**Work item:** Look below for the line containing "extrude(amount=-F3_DEPTH, mode=Mode.SUBTRACT)"; from there through the line containing "A parametric FreeCAD", both lines included, please set down each line exactly and nothing else.

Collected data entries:
--- START ---
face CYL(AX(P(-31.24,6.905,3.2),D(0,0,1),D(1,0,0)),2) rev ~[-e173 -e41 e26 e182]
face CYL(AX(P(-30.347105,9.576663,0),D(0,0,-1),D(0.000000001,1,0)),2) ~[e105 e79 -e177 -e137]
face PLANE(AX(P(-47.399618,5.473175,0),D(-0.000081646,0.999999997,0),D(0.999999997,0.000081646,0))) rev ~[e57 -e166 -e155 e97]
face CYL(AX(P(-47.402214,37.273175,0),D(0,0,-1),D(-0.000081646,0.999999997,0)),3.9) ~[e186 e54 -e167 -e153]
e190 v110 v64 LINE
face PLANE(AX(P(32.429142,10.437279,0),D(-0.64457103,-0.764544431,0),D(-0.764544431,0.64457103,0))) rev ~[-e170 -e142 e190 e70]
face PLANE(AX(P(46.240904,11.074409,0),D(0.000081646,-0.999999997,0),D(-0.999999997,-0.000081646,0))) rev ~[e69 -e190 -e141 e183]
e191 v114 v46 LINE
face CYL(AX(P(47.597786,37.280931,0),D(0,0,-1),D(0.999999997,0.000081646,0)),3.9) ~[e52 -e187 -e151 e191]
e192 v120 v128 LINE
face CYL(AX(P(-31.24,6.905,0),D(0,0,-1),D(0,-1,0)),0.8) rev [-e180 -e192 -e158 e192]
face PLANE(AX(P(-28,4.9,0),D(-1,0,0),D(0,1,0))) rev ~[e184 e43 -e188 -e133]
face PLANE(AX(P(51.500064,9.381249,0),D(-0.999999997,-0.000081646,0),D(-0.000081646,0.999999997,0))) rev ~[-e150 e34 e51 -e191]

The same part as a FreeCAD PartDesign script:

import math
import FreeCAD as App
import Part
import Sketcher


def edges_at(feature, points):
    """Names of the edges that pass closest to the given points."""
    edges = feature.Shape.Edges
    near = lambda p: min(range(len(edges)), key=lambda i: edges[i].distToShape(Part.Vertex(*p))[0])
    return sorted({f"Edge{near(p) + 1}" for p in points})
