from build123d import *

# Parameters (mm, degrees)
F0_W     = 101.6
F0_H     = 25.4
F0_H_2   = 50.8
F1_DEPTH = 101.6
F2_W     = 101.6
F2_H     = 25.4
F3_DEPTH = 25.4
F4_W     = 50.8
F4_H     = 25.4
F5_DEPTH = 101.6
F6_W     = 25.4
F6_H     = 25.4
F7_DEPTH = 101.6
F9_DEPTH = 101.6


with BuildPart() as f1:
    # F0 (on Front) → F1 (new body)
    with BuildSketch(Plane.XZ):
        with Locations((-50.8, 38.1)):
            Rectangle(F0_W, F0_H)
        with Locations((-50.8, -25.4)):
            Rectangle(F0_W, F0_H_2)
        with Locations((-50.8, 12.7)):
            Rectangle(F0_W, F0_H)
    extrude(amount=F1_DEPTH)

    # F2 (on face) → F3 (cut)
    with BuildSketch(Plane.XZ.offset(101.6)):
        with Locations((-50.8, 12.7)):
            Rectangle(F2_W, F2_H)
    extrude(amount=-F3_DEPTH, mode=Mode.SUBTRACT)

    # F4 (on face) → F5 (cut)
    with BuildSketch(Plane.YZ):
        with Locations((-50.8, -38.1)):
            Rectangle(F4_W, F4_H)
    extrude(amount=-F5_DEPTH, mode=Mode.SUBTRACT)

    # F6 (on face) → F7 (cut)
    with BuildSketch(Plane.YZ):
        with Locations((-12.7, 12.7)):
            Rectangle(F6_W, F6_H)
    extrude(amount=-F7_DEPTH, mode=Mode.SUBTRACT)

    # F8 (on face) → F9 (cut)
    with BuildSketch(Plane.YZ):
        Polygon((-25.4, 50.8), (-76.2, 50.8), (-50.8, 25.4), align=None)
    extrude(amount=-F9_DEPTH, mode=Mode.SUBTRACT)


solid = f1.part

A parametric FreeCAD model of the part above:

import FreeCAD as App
import Part
import Sketcher
Q = App.Units.Quantity


def add_polygon(sketch, points):
    """Adds a closed chain of lines whose ends are joined by coincident constraints."""
    first, n = sketch.GeometryCount, len(points)
    for a, b in zip(points, points[1:] + points[:1]):
        sketch.addGeometry(Part.LineSegment(App.Vector(*a, 0), App.Vector(*b, 0)), False)
    for i in range(n):
        sketch.addConstraint(Sketcher.Constraint("Coincident", first + i, 2, first + (i + 1) % n, 1))

doc = App.newDocument("Part")
body = doc.addObject("PartDesign::Body", "Body")

sketch1 = doc.addObject("Sketcher::SketchObject", "Sketch")
body.addObject(sketch1)
sketch1.AttachmentSupport = (doc.XZ_Plane, [""])
sketch1.MapMode = "FlatFace"
add_polygon(sketch1, [(-101.6, 50.8), (-101.6, -50.8), (0, -50.8), (0, 50.8)])
sketch1.addConstraint([
    Sketcher.Constraint("Vertical", 0),
    Sketcher.Constraint("Horizontal", 1),
    Sketcher.Constraint("Vertical", 2),
    Sketcher.Constraint("Horizontal", 3),
    Sketcher.Constraint("Symmetric", 1, 2, 2, 2, -1, 1),
    Sketcher.Constraint("Equal", 3, 0),
    Sketcher.Constraint("DistanceX", 1, 1, 1, 2, Q("4 in")),
])
pad1 = doc.addObject("PartDesign::Pad", "Pad")
body.addObject(pad1)
pad1.Profile = sketch1
pad1.Length = Q("4 in")

sketch2 = doc.addObject("Sketcher::SketchObject", "Sketch001")
body.addObject(sketch2)
sketch2.AttachmentSupport = (doc.XZ_Plane, [""])
sketch2.MapMode = "FlatFace"
sketch2.AttachmentOffset = App.Placement(App.Vector(0, 0, 4 * 25.4), App.Rotation())
add_polygon(sketch2, [(-101.6, 25.4), (-101.6, 0), (0, 0), (0, 25.4)])
sketch2.addConstraint([
    Sketcher.Constraint("Vertical", 0),
    Sketcher.Constraint("Horizontal", 1),
    Sketcher.Constraint("Vertical", 2),
    Sketcher.Constraint("Horizontal", 3),
    Sketcher.Constraint("Coincident", 1, 2, -1, 1),
    Sketcher.Constraint("DistanceX", 1, 1, 1, 2, Q("4 in")),
    Sketcher.Constraint("DistanceY", 0, 2, 0, 1, Q("1 in")),
])
pocket1 = doc.addObject("PartDesign::Pocket", "Pocket")
body.addObject(pocket1)
pocket1.Profile = sketch2
pocket1.Length = Q("1 in")

sketch3 = doc.addObject("Sketcher::SketchObject", "Sketch002")
body.addObject(sketch3)
sketch3.AttachmentSupport = (doc.YZ_Plane, [""])
sketch3.MapMode = "FlatFace"
add_polygon(sketch3, [(-76.2, -25.4), (-76.2, -50.8), (-25.4, -50.8), (-25.4, -25.4)])
sketch3.addConstraint([
    Sketcher.Constraint("Vertical", 0),
    Sketcher.Constraint("Horizontal", 1),
    Sketcher.Constraint("Vertical", 2),
    Sketcher.Constraint("Horizontal", 3),
    Sketcher.Constraint("DistanceX", 1, 1, 1, 2, Q("2 in")),
    Sketcher.Constraint("DistanceY", 0, 2, 0, 1, Q("1 in")),
    Sketcher.Constraint("DistanceX", 0, 2, -1, 1, Q("3 in")),
    Sketcher.Constraint("DistanceY", 0, 2, -1, 1, Q("2 in")),
])
pocket2 = doc.addObject("PartDesign::Pocket", "Pocket001")
body.addObject(pocket2)
pocket2.Profile = sketch3
pocket2.Length = Q("4 in")

sketch4 = doc.addObject("Sketcher::SketchObject", "Sketch003")
body.addObject(sketch4)
sketch4.AttachmentSupport = (doc.YZ_Plane, [""])
sketch4.MapMode = "FlatFace"
add_polygon(sketch4, [(-25.4, 25.4), (-25.4, 0), (0, 0), (0, 25.4)])
sketch4.addConstraint([
    Sketcher.Constraint("Vertical", 0),
    Sketcher.Constraint("Horizontal", 1),
    Sketcher.Constraint("Vertical", 2),
    Sketcher.Constraint("Horizontal", 3),
    Sketcher.Constraint("Coincident", 1, 2, -1, 1),
    Sketcher.Constraint("Equal", 3, 0),
    Sketcher.Constraint("DistanceX", 1, 1, 1, 2, Q("1 in")),
])
pocket3 = doc.addObject("PartDesign::Pocket", "Pocket002")
body.addObject(pocket3)
pocket3.Profile = sketch4
pocket3.Length = Q("4 in")

sketch5 = doc.addObject("Sketcher::SketchObject", "Sketch004")
body.addObject(sketch5)
sketch5.AttachmentSupport = (doc.YZ_Plane, [""])
sketch5.MapMode = "FlatFace"
add_polygon(sketch5, [(-25.4, 50.8), (-76.2, 50.8), (-50.8, 25.4)])
sketch5.addConstraint([
    Sketcher.Constraint("Horizontal", 0),
    Sketcher.Constraint("Perpendicular", 1, 2),
    Sketcher.Constraint("Equal", 1, 2),
    Sketcher.Constraint("DistanceX", 0, 2, 0, 1, Q("2 in")),
    Sketcher.Constraint("DistanceX", 0, 2, -1, 1, Q("3 in")),
    Sketcher.Constraint("DistanceY", -1, 1, 0, 2, Q("2 in")),
])
pocket4 = doc.addObject("PartDesign::Pocket", "Pocket003")
body.addObject(pocket4)
pocket4.Profile = sketch5
pocket4.Length = Q("4 in")

doc.recompute()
--- END ---
**Task output:**
    extrude(amount=-F3_DEPTH, mode=Mode.SUBTRACT)

    # F4 (on face) → F5 (cut)
    with BuildSketch(Plane.YZ):
        with Locations((-50.8, -38.1)):
            Rectangle(F4_W, F4_H)
    extrude(amount=-F5_DEPTH, mode=Mode.SUBTRACT)

    # F6 (on face) → F7 (cut)
    with BuildSketch(Plane.YZ):
        with Locations((-12.7, 12.7)):
            Rectangle(F6_W, F6_H)
    extrude(amount=-F7_DEPTH, mode=Mode.SUBTRACT)

    # F8 (on face) → F9 (cut)
    with BuildSketch(Plane.YZ):
        Polygon((-25.4, 50.8), (-76.2, 50.8), (-50.8, 25.4), align=None)
    extrude(amount=-F9_DEPTH, mode=Mode.SUBTRACT)


solid = f1.part

A parametric FreeCAD model of the part above:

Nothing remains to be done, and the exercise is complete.